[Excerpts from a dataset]
-- Opening Marker --

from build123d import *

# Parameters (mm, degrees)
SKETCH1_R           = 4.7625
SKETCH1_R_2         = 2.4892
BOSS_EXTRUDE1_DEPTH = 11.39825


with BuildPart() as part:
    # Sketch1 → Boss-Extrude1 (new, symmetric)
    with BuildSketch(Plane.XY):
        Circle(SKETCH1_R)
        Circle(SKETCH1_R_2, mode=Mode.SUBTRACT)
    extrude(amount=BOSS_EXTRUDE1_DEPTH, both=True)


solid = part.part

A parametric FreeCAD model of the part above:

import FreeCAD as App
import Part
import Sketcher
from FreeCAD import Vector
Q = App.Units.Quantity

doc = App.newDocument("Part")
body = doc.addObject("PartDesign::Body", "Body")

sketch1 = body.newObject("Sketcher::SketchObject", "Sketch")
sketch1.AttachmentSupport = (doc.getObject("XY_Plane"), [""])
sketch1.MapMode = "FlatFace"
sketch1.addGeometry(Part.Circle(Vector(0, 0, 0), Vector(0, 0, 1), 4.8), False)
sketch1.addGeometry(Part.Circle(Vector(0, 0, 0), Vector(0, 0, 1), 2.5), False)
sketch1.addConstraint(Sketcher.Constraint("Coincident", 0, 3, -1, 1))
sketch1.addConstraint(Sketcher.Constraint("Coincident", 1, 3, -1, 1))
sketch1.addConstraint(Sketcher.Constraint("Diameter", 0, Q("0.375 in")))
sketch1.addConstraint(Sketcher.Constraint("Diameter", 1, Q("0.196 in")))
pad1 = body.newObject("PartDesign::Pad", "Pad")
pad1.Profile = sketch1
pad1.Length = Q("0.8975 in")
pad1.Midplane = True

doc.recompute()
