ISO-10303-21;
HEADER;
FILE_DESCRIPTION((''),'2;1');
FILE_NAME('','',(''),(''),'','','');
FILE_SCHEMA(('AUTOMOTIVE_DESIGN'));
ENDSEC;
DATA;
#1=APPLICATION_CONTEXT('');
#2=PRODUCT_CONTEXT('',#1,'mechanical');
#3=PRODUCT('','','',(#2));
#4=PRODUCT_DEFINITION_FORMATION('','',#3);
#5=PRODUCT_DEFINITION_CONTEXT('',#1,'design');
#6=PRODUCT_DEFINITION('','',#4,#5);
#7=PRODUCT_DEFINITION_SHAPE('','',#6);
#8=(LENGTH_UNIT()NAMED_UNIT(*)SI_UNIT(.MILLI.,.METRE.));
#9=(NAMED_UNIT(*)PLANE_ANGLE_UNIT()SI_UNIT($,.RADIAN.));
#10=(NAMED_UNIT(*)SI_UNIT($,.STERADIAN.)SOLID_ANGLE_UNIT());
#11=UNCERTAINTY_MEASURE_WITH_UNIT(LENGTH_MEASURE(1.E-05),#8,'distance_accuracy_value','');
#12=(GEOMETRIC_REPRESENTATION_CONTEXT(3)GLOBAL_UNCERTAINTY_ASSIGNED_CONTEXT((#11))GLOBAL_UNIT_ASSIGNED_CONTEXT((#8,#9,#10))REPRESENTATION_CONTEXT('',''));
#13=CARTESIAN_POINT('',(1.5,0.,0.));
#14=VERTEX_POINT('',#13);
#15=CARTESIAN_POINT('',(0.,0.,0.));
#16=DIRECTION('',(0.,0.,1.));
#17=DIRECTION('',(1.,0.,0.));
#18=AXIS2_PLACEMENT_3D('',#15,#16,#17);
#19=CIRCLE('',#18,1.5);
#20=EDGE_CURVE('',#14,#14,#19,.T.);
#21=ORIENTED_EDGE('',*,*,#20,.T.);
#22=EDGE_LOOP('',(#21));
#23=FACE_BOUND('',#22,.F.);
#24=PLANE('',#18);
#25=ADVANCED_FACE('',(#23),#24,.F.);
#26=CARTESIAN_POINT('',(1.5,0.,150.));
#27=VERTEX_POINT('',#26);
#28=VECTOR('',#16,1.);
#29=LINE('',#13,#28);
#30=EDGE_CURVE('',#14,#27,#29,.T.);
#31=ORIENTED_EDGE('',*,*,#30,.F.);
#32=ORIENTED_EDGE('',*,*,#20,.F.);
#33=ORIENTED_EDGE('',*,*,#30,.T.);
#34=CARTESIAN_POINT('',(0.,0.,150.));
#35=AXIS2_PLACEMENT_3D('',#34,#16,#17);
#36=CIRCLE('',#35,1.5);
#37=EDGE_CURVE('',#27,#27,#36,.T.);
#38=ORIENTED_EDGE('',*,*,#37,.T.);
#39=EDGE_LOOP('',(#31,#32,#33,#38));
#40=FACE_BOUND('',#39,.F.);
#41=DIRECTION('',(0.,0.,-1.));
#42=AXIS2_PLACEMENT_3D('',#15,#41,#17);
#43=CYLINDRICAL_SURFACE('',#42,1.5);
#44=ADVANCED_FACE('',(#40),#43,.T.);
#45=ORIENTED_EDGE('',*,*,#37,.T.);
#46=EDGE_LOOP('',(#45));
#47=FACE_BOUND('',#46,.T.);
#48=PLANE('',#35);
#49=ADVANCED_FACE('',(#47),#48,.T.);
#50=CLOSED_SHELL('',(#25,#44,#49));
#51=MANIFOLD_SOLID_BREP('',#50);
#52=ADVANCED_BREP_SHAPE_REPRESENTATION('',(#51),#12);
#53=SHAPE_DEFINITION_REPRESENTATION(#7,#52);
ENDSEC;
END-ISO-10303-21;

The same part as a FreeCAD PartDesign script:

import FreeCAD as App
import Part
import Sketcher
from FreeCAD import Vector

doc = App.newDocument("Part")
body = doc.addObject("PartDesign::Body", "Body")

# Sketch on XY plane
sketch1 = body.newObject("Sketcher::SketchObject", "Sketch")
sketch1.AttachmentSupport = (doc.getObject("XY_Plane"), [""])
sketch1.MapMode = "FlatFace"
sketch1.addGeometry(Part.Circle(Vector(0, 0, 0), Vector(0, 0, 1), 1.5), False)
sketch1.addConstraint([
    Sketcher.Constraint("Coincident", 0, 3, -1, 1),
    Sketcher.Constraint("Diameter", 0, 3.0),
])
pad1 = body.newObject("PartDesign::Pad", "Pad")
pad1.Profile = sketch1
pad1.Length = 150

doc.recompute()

-- Closing Marker --
-- Opening Marker --

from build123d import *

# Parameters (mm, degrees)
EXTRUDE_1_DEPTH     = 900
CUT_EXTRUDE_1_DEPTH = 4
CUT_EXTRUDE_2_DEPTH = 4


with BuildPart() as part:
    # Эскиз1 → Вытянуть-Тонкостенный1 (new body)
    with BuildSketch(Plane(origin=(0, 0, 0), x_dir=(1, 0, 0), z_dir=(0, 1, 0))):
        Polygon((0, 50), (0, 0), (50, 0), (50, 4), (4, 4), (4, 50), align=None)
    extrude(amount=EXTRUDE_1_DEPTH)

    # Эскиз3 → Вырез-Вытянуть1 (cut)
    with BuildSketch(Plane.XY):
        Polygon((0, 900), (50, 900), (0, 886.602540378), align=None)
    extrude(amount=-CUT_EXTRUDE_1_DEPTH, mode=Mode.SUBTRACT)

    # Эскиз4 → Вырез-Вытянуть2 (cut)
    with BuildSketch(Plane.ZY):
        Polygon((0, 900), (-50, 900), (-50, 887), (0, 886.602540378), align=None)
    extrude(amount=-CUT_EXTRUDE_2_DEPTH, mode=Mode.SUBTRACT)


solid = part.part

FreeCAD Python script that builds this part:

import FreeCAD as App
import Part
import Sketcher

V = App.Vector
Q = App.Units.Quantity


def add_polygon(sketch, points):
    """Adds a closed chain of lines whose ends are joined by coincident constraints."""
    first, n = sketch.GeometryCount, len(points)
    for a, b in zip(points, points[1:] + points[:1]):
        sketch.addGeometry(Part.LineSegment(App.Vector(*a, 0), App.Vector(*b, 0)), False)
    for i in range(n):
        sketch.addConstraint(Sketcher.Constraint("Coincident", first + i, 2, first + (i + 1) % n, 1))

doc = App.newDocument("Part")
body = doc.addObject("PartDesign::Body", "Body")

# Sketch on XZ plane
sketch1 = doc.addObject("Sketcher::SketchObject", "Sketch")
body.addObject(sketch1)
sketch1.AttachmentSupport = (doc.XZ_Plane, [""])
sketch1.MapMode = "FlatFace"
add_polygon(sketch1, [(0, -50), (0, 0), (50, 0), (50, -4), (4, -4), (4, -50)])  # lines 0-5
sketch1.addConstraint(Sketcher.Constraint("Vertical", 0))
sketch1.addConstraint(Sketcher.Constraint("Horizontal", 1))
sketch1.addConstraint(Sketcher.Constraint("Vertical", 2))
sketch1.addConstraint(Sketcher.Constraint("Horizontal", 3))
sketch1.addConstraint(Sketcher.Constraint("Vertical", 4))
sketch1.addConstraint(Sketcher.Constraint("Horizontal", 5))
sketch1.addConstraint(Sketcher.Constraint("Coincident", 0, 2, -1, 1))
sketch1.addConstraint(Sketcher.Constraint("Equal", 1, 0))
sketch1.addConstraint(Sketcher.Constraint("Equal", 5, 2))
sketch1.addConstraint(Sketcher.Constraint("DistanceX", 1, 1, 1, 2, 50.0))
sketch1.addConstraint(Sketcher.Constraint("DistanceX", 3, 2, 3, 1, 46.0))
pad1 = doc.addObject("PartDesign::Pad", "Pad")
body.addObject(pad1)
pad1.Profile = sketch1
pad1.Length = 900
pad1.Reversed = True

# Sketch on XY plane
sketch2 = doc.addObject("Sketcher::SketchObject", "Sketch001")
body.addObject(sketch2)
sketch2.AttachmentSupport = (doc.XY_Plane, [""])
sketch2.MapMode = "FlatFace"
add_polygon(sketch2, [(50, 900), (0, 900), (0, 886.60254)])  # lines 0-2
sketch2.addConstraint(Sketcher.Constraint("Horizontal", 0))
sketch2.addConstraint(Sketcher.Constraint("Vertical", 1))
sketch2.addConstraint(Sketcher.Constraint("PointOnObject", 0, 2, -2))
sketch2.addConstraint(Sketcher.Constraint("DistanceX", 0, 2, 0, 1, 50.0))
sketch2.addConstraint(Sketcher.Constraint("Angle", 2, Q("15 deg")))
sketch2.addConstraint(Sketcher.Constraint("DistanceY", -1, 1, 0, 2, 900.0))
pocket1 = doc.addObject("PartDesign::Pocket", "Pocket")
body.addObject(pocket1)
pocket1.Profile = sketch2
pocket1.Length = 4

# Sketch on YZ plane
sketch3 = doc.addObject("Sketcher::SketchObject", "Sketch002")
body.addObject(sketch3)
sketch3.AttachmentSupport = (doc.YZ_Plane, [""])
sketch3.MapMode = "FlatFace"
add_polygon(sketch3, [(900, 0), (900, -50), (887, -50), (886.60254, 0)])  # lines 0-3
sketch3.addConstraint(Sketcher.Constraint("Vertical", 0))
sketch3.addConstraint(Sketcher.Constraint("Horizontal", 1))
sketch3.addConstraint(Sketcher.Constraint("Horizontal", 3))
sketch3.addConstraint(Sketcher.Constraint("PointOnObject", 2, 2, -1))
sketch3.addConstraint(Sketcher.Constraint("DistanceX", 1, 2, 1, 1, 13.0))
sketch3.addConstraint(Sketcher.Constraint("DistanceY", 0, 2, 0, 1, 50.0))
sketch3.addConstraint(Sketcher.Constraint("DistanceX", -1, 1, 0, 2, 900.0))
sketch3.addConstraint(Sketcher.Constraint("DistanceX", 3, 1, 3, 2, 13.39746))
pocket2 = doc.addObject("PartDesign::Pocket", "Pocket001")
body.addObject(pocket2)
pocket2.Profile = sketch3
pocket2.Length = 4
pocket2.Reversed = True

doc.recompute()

-- Closing Marker --

**Your objective:**
What you give back should be exactly the lines of the data above from the line with "#13=CARTESIAN_POINT('',(1.5,0.,0.));" through the line with "#34=CARTESIAN_POINT('',(0.,0.,150.));", both of those included, and nothing more.

**Solution for this exercise:**
#13=CARTESIAN_POINT('',(1.5,0.,0.));
#14=VERTEX_POINT('',#13);
#15=CARTESIAN_POINT('',(0.,0.,0.));
#16=DIRECTION('',(0.,0.,1.));
#17=DIRECTION('',(1.,0.,0.));
#18=AXIS2_PLACEMENT_3D('',#15,#16,#17);
#19=CIRCLE('',#18,1.5);
#20=EDGE_CURVE('',#14,#14,#19,.T.);
#21=ORIENTED_EDGE('',*,*,#20,.T.);
#22=EDGE_LOOP('',(#21));
#23=FACE_BOUND('',#22,.F.);
#24=PLANE('',#18);
#25=ADVANCED_FACE('',(#23),#24,.F.);
#26=CARTESIAN_POINT('',(1.5,0.,150.));
#27=VERTEX_POINT('',#26);
#28=VECTOR('',#16,1.);
#29=LINE('',#13,#28);
#30=EDGE_CURVE('',#14,#27,#29,.T.);
#31=ORIENTED_EDGE('',*,*,#30,.F.);
#32=ORIENTED_EDGE('',*,*,#20,.F.);
#33=ORIENTED_EDGE('',*,*,#30,.T.);
#34=CARTESIAN_POINT('',(0.,0.,150.));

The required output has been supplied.